A public key encryption scheme \(\mathsf {PKE}\) with a message space \(\mathcal {M}\) is a tuple of PPT algorithms \((\mathsf {PKE.Gen}, \mathsf {PKE.Enc}, \mathsf {PKE.Dec})\).

• \(\mathsf {PKE.Gen}(1^{\lambda }) \rightarrow (\mathsf {ek}, \mathsf {dk}) :\) Given a security parameter \(1^{\lambda }\) as input, the key generation algorithm outputs a encryption/decryption key pair \((\mathsf {ek}, \mathsf {dk})\).

• \(\mathsf {PKE.Enc}(\mathsf {ek}, m) \rightarrow c :\) Given an encryption key \(\mathsf {ek}\) and a plaintext m as input, the encryption algorithm outputs a ciphertext c.

• \(\mathsf {PKE.Dec}(\mathsf {dk}, c) \rightarrow m/\bot :\) Given a decryption key \(\mathsf {dk}\) and a ciphertext c as input, the decryption algorithm outputs a message m or invalid symbol \(\bot \).

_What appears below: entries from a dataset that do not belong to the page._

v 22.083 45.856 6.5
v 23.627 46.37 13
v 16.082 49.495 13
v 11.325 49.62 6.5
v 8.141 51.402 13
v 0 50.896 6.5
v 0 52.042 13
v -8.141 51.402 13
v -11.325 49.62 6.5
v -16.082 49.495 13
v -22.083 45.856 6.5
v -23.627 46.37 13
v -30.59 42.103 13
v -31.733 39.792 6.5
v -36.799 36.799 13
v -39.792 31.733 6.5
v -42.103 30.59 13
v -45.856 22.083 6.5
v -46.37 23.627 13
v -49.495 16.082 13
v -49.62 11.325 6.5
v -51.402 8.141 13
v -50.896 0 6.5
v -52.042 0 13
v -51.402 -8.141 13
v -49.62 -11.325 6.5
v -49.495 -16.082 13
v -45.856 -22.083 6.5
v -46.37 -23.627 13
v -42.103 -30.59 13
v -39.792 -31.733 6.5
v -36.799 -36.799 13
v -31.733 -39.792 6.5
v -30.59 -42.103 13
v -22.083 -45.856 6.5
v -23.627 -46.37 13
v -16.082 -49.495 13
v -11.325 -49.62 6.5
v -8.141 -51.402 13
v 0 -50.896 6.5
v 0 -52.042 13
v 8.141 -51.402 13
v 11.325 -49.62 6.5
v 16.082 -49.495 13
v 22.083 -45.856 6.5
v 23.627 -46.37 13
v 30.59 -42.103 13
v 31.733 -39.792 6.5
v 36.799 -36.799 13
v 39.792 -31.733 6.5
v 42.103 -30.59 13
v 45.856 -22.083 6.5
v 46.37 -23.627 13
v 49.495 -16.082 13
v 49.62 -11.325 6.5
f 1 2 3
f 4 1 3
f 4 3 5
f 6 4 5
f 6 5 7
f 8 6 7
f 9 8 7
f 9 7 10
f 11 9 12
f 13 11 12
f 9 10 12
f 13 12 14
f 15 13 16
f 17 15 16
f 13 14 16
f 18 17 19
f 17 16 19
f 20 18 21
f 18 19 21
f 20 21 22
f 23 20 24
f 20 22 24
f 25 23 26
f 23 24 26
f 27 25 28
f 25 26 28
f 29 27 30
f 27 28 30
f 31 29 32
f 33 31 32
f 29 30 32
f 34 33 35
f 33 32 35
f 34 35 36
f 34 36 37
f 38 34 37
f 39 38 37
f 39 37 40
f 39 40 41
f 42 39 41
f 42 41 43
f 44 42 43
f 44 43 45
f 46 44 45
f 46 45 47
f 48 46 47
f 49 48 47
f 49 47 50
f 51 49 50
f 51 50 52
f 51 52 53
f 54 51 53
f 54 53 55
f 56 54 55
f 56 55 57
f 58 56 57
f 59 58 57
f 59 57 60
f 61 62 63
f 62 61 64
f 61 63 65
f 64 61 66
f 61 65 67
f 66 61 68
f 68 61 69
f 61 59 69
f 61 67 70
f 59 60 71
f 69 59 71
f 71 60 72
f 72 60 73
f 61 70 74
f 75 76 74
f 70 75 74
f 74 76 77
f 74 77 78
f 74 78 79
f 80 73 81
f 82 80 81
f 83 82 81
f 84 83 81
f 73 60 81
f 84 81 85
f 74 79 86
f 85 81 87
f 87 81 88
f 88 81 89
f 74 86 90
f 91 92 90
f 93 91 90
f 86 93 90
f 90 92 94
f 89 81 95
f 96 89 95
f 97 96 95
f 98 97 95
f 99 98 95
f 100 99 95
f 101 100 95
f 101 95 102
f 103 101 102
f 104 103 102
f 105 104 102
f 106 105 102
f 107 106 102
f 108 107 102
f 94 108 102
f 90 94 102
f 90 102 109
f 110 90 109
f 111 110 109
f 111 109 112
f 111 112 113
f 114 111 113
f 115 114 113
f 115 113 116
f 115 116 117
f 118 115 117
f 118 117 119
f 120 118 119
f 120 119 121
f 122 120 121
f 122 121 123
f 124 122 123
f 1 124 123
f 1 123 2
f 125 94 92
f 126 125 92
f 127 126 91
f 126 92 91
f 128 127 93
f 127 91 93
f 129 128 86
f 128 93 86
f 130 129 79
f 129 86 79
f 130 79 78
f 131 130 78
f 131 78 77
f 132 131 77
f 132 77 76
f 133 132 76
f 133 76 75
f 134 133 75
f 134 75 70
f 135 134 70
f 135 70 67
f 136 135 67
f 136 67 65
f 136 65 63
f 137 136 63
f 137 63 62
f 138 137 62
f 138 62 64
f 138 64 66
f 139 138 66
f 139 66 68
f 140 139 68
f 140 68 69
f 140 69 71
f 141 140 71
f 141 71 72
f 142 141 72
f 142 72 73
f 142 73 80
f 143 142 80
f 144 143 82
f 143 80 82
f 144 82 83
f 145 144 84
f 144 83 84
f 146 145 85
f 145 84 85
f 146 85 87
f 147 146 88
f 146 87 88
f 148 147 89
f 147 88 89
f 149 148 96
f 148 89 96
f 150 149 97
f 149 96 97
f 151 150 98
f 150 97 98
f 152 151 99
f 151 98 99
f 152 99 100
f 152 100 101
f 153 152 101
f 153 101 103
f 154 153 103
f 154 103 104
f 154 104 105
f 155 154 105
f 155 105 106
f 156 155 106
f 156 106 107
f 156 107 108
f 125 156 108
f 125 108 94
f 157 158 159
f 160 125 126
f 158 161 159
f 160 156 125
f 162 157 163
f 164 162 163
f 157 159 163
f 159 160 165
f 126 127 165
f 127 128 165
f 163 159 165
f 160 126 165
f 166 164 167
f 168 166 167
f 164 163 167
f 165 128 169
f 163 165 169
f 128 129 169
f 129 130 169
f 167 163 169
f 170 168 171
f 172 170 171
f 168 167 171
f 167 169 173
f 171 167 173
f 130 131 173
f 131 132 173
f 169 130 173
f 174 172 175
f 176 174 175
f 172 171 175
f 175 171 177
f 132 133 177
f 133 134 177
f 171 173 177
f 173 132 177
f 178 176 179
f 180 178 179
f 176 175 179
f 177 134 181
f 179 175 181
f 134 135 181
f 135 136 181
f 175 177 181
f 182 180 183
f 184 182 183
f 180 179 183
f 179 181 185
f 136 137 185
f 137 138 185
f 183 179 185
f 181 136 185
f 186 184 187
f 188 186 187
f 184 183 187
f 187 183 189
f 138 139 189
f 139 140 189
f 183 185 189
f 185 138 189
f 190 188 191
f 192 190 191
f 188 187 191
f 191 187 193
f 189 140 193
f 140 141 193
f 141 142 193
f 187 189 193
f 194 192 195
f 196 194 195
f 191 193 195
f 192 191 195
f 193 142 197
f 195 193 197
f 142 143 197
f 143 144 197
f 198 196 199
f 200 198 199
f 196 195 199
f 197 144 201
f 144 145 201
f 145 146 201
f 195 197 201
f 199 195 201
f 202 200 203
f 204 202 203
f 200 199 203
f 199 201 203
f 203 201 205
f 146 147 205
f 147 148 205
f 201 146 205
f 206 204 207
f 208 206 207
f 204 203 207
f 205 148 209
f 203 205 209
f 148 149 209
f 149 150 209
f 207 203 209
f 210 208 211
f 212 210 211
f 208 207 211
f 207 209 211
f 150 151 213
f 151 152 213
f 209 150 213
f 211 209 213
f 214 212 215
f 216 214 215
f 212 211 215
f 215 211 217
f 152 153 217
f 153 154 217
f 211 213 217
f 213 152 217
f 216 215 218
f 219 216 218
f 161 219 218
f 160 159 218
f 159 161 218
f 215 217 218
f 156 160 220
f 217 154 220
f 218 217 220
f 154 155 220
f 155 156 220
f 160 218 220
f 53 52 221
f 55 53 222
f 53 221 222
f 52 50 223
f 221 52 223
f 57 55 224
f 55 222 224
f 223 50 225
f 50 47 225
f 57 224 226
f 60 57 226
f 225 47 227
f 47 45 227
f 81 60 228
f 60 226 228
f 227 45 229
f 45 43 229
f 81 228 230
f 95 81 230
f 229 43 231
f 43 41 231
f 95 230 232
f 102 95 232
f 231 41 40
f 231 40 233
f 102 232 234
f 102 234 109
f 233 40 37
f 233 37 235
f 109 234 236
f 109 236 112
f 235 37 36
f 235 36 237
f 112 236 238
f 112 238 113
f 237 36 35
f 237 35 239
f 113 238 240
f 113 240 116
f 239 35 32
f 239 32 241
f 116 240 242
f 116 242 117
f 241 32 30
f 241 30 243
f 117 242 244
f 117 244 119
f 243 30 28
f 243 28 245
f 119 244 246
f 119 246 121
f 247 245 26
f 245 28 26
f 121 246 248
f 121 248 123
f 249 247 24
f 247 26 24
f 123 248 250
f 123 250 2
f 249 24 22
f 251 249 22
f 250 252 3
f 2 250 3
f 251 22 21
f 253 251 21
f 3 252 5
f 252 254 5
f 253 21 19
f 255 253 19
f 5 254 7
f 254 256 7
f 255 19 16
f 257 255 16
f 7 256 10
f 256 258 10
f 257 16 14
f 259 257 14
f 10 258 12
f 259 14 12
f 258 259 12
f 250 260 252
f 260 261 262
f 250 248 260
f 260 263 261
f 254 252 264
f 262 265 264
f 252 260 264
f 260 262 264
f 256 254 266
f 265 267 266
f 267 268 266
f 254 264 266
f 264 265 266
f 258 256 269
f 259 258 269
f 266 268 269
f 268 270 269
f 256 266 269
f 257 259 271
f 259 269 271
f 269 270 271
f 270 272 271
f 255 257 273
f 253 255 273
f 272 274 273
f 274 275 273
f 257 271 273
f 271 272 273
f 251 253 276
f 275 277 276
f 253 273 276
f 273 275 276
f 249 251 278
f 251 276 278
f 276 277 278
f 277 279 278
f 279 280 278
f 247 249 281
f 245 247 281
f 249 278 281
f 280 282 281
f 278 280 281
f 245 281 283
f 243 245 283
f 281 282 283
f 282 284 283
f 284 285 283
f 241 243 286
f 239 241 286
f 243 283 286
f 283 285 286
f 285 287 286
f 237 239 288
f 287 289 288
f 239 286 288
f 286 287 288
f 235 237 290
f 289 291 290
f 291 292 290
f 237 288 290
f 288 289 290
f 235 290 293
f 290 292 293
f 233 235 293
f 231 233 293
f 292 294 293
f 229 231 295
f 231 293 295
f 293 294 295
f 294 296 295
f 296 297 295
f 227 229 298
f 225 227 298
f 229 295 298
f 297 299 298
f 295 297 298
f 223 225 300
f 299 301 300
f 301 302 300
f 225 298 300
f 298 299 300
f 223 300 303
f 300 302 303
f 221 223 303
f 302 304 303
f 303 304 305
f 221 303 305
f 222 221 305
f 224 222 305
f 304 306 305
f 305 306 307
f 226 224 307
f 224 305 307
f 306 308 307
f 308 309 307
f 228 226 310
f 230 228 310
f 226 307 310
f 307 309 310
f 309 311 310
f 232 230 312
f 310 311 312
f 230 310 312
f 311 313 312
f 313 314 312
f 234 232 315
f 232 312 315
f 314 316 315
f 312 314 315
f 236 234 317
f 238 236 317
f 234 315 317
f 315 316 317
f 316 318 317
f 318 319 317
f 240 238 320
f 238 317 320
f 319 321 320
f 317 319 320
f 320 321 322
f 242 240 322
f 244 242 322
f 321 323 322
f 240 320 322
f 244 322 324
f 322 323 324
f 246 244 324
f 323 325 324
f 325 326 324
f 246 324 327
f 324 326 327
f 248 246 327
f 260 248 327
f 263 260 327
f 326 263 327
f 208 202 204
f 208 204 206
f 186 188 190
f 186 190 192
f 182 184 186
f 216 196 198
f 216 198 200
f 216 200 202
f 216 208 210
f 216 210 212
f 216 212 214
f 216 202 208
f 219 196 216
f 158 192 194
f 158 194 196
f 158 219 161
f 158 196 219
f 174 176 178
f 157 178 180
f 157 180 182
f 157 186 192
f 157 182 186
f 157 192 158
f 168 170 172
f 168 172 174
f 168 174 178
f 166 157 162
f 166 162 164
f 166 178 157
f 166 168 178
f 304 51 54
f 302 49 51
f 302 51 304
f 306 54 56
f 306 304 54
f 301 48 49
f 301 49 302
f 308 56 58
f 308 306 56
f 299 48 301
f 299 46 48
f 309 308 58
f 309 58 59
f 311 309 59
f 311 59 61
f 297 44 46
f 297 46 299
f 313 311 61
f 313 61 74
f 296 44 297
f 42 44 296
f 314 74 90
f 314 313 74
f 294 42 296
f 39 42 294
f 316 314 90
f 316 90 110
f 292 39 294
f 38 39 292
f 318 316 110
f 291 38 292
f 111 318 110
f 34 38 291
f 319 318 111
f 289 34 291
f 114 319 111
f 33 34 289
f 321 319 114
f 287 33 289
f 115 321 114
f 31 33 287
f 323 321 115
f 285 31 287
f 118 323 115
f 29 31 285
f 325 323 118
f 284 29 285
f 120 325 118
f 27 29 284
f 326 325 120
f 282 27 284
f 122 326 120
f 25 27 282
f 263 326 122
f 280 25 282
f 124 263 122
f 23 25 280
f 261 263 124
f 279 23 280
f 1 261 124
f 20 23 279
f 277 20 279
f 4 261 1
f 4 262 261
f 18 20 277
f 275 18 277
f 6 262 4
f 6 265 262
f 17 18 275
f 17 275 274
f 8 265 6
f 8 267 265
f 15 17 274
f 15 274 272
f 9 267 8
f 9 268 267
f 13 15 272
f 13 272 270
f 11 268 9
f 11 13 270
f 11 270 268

• Correctness \(\mathsf {PKE}\) satisfies correctness if for all \(m \in \mathcal {M}\), \(\Pr [\mathsf {PKE.Dec}(\mathsf {dk}, c) = m :(\mathsf {ek}, \mathsf {dk}) \leftarrow \mathsf {PKE.Gen}(1^\lambda ), c \leftarrow \mathsf {PKE.Enc}(\mathsf {ek}, m)] = 1\) holds.

• variant of IND-CPA For any PPT adversary \(\mathcal {A}\),

  $$\begin{aligned} \mathsf{Adv}^{\mathsf {ind}\text {-}\mathsf {cpav}}_{\mathsf {PKE}, \mathcal {A}} := \left| \Pr \left[ b=b' : \begin{aligned}&(\mathsf {ek}, \mathsf {dk}) \leftarrow \mathsf {PKE.Gen}(1^\lambda ), (m_0, m_1) \leftarrow \mathcal {A}(\mathsf {ek}),\\&b \leftarrow \{0, 1\}, c_b \leftarrow \mathsf {PKE.Enc}(\mathsf {ek}, m_0),\\&c_b\oplus 1 \leftarrow \mathsf {PKE.Enc}(\mathsf {ek}, m_1), b' \leftarrow \mathcal {A}(c_0, c_1) \end{aligned}\right] - \frac{1}{2} \right| \end{aligned}$$

  is \(\mathsf {negl}(\lambda )\). This security is equivalent to the general one.

1.2 A.2 Digital Signature

A digital signature scheme \(\mathsf {DS}\) with a message space \(\mathcal {M}\) is a tuple of PPT algorithms \((\mathsf {DS.Gen}, \mathsf {DS.Sign}, \mathsf {DS.Verify})\).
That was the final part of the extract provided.